Color blindness is a congenital visual impairment, which is expressed in the improbability to distinguish mainly green and red colors. It is linked to the X chromosome. These people perceive color differently and combine basic monochromatic colors in a different way to find the right shade.
It is observed mainly in men (8%).
In the central part of the human retina are color-sensitive nerve cells called “cones”. They contain three types of color-sensitive pigments of protein origin. One type of pigment is sensitive to red, another to green, and a third to blue. More precisely, they are sensitive to the wavelength corresponding to red, green and blue in our understanding. The vision of all the colors of the world is provided by the “folding” of these three colors in our brain. In humans, the peak sensitivity of these pigments falls at a wavelength of 552-557 nm for red, 530 nm for green and 426 nm for blue. This is normal, trichromatic color vision. When one of these elements falls out, partial color blindness begins – dichromasia. Persons suffering from dichromasia distinguish colors mainly by their brightness; qualitatively, they are able to distinguish only “warm” tones (red, orange, yellow) from “cold” tones (green, blue, violet) in the spectrum. Color-blind people and people with reduced color vision perceive the colors of the world around them differently than we do, but often do not notice their difference from others. This happens because the color-blind from childhood learn to call the colors of everyday objects by generally accepted designations. They hear and remember that grass is green, the sky is blue, and blood is red. In addition, they retain the ability to distinguish colors by the degree of lightness. but often do not notice their difference from others. This happens because the color-blind from childhood learn to call the colors of everyday objects by generally accepted designations. They hear and remember that grass is green, the sky is blue, and blood is red. In addition, they retain the ability to distinguish colors by the degree of lightness. but often do not notice their difference from others. This happens because the color-blind from childhood learn to call the colors of everyday objects by generally accepted designations. They hear and remember that grass is green, the sky is blue, and blood is red. In addition, they retain the ability to distinguish colors by the degree of lightness.

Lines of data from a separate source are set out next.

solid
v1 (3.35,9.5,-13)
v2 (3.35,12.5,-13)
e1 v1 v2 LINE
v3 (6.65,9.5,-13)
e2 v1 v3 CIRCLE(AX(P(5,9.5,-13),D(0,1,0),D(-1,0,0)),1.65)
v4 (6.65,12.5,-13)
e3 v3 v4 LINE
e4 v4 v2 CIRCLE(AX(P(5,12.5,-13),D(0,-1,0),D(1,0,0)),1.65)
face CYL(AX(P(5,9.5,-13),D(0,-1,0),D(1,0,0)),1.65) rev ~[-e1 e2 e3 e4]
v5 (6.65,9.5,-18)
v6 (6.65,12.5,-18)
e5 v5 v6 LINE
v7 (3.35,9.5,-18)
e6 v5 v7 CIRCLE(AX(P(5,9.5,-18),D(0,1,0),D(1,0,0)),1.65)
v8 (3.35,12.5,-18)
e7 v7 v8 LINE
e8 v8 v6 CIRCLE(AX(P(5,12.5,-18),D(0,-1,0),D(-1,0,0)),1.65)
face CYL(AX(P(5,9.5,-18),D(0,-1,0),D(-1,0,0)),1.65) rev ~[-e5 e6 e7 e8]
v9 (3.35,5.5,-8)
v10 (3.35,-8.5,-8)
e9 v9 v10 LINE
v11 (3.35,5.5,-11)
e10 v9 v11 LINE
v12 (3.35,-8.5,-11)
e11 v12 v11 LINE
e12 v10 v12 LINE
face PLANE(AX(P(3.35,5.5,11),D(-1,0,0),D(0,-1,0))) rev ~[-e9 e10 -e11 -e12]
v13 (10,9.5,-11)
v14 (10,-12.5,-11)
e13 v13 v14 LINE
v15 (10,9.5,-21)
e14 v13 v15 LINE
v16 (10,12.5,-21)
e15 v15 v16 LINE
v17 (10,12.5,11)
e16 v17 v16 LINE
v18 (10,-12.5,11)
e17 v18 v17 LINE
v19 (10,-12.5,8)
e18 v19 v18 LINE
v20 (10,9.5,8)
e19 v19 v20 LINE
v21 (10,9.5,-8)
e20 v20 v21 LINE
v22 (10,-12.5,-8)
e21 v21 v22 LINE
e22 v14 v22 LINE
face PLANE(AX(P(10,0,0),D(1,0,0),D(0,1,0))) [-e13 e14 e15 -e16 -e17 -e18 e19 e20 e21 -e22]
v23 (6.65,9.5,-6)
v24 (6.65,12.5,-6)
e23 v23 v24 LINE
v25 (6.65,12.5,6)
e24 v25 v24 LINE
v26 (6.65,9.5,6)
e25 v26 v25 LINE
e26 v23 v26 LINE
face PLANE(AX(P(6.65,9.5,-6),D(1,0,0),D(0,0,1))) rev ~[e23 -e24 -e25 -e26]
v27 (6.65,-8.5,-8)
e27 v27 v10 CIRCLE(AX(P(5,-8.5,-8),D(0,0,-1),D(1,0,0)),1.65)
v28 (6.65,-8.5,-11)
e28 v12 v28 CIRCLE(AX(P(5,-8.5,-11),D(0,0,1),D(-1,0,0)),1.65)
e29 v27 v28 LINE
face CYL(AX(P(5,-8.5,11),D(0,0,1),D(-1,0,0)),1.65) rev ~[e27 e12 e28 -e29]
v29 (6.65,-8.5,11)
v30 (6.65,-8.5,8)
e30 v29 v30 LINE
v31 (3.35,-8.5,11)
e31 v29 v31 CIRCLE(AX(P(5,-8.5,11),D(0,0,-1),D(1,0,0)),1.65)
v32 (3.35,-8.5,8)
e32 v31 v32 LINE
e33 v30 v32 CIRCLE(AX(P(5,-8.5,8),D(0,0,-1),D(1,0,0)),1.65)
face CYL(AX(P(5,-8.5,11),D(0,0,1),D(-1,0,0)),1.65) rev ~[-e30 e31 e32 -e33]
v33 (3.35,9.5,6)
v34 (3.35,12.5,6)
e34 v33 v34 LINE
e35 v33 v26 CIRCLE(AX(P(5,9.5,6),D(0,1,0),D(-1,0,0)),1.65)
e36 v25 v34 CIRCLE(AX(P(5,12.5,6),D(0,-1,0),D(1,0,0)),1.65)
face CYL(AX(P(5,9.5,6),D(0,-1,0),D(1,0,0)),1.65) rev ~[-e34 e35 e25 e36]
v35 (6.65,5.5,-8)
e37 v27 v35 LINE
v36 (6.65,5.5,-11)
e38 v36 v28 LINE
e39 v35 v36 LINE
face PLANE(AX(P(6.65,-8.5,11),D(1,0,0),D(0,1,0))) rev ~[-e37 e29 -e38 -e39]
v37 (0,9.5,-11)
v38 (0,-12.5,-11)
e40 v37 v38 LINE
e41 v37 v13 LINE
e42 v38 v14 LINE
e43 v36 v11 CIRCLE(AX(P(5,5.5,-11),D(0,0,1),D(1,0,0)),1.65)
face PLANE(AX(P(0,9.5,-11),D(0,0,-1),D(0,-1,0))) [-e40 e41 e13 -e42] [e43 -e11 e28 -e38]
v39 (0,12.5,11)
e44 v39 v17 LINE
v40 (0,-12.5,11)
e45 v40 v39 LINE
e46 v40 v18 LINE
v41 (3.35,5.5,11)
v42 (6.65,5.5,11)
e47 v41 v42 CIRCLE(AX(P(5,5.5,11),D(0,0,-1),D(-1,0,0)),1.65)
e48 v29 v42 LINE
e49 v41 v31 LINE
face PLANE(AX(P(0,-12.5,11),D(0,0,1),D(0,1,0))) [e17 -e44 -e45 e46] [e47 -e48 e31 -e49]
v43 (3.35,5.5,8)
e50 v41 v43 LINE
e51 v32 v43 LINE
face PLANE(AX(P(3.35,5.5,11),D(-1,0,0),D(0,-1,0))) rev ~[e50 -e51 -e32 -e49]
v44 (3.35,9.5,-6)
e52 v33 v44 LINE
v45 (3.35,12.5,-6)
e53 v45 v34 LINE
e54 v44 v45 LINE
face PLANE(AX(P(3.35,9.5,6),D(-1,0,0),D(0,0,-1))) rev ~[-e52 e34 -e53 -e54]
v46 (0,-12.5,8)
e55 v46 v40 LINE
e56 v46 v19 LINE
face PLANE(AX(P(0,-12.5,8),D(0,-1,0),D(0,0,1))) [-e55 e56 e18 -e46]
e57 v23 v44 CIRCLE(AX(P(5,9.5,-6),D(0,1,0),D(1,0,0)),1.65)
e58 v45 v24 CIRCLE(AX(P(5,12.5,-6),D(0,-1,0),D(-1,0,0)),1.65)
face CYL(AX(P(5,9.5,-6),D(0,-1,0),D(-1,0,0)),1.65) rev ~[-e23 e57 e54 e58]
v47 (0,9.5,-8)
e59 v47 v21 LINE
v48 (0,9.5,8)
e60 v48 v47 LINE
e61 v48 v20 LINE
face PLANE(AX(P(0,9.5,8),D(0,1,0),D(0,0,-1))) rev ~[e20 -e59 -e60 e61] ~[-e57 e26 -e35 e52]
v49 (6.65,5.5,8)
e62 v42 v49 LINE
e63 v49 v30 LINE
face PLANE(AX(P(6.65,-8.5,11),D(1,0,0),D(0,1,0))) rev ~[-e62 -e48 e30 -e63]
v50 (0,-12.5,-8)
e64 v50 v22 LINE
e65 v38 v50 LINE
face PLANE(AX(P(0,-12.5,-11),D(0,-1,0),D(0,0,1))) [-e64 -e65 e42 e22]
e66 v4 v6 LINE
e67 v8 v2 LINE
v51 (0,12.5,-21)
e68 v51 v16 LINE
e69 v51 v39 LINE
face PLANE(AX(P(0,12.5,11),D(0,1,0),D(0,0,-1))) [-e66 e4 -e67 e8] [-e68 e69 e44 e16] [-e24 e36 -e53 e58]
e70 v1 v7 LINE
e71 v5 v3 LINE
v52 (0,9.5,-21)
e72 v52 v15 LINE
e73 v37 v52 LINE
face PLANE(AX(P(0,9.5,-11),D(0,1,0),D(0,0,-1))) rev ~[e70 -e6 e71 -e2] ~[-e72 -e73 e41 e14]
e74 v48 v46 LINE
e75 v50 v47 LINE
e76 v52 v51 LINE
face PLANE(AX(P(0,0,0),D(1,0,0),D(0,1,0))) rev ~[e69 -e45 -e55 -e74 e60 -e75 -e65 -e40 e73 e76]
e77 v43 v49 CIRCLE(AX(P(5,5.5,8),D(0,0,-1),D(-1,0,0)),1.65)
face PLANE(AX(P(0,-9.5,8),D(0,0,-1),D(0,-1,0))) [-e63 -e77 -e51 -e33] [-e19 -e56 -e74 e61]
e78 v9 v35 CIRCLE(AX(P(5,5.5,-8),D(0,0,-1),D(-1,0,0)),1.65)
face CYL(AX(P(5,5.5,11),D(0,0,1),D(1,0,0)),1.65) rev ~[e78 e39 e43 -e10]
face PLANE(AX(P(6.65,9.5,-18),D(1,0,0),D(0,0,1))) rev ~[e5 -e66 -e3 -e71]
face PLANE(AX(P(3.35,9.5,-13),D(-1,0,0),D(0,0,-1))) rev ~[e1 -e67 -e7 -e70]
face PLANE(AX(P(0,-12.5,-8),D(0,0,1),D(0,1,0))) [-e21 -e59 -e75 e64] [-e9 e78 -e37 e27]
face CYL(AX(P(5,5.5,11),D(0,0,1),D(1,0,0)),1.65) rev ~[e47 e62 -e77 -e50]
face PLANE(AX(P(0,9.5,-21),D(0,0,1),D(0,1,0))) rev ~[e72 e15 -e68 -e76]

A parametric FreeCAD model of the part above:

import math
import FreeCAD as App
import Part
import Sketcher

V = App.Vector

doc = App.newDocument("Part")
params = doc.addObject("Spreadsheet::Sheet", "Params")
for row, (alias, value) in enumerate([
    ("sketch1_width", "25 mm"),
    ("sketch1_width2", "22 mm"),
    ("sketch1_height", "16 mm"),
    ("sketch1_height2", "10 mm"),
    ("pad1_length", "10 mm"),
    ("sketch2_radius", "1.65 mm"),
    ("sketch2_height", "12 mm"),
    ("sketch2_height2", "5 mm"),
    ("sketch3_radius", "1.65 mm"),
    ("sketch3_height", "14 mm"),
], start=1):
    params.set(f"A{row}", alias)
    params.set(f"B{row}", "=" + value)
    params.setAlias(f"B{row}", alias)

body = doc.addObject("PartDesign::Body", "Body")

sketch1 = body.newObject("Sketcher::SketchObject", "Sketch")
sketch1.AttachmentSupport = (doc.getObject("YZ_Plane"), [""])
sketch1.MapMode = "FlatFace"
sketch1.addGeometry([
    Part.LineSegment(V(12.5, 11, 0), V(-12.5, 11, 0)),
    Part.LineSegment(V(-12.5, 11, 0), V(-12.5, 8, 0)),
    Part.LineSegment(V(-12.5, 8, 0), V(9.5, 8, 0)),
    Part.LineSegment(V(9.5, 8, 0), V(9.5, -8, 0)),
    Part.LineSegment(V(9.5, -8, 0), V(-12.5, -8, 0)),
    Part.LineSegment(V(-12.5, -8, 0), V(-12.5, -11, 0)),
    Part.LineSegment(V(-12.5, -11, 0), V(9.5, -11, 0)),
    Part.LineSegment(V(9.5, -11, 0), V(9.5, -21, 0)),
    Part.LineSegment(V(9.5, -21, 0), V(12.5, -21, 0)),
    Part.LineSegment(V(12.5, -21, 0), V(12.5, 11, 0)),
], False)
sketch1.addConstraint([
    Sketcher.Constraint("Coincident", 0, 2, 1, 1),
    Sketcher.Constraint("Coincident", 1, 2, 2, 1),
    Sketcher.Constraint("Coincident", 2, 2, 3, 1),
    Sketcher.Constraint("Coincident", 3, 2, 4, 1),
    Sketcher.Constraint("Coincident", 4, 2, 5, 1),
    Sketcher.Constraint("Coincident", 5, 2, 6, 1),
    Sketcher.Constraint("Coincident", 6, 2, 7, 1),
    Sketcher.Constraint("Coincident", 7, 2, 8, 1),
    Sketcher.Constraint("Coincident", 8, 2, 9, 1),
    Sketcher.Constraint("Coincident", 9, 2, 0, 1),
    Sketcher.Constraint("Horizontal", 0),
    Sketcher.Constraint("Vertical", 1),
    Sketcher.Constraint("Horizontal", 2),
    Sketcher.Constraint("Vertical", 3),
    Sketcher.Constraint("Horizontal", 4),
    Sketcher.Constraint("Vertical", 5),
    Sketcher.Constraint("Horizontal", 6),
    Sketcher.Constraint("Vertical", 7),
    Sketcher.Constraint("Horizontal", 8),
    Sketcher.Constraint("Vertical", 9),
    Sketcher.Constraint("Symmetric", 5, 2, 9, 2, -1, 1),
    Sketcher.Constraint("Symmetric", 1, 2, 4, 2, -1),
    Sketcher.Constraint("Vertical", 3, 2, 6, 2),
    Sketcher.Constraint("Equal", 8, 1),
    Sketcher.Constraint("DistanceX", 0, 2, 0, 1, 25.0),
    Sketcher.Constraint("DistanceX", 2, 1, 2, 2, 22.0),
    Sketcher.Constraint("DistanceY", 3, 2, 3, 1, 16.0),
    Sketcher.Constraint("DistanceY", 7, 2, 7, 1, 10.0),
])
sketch1.setExpression("Constraints[24]", "Params.sketch1_width")
sketch1.setExpression("Constraints[25]", "Params.sketch1_width2")
sketch1.setExpression("Constraints[26]", "Params.sketch1_height")
sketch1.setExpression("Constraints[27]", "Params.sketch1_height2")
pad1 = body.newObject("PartDesign::Pad", "Pad")
pad1.Profile = sketch1
pad1.setExpression("Length", "Params.pad1_length")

Among dichromats, there are those who are blind to red (protanopia), in which the perceived spectrum is shortened from the red end, and blind to green (deuteranopia). With protanopia, red is perceived as darker, mixed with dark green, dark brown, and green with light gray, light yellow, light brown. With deuteranopia, green is mixed with light orange, light pink, and red is mixed with light green, light brown. Blindness to purple color – tritanopia, is extremely rare and has no practical significance. In tritanopia, all colors of the spectrum appear as shades of red or green. In some cases, only a weakening of color perception is observed – protanomaly (weakening of the perception of red) and deuteranomaly (weakening of the perception of green).
All forms of congenital color blindness are hereditary. Women are the conductor of this pathological heredity; they themselves retain normal vision and are color-blind only when they have a color-blind father along with at least a mother heterozygous for this gene.
Acquired color vision disorders can occur with various diseases of the organ of vision and the central nervous system; one or both eyes are affected and not often – on all primary colors. Color vision disorders are detected using special tables or spectral instruments.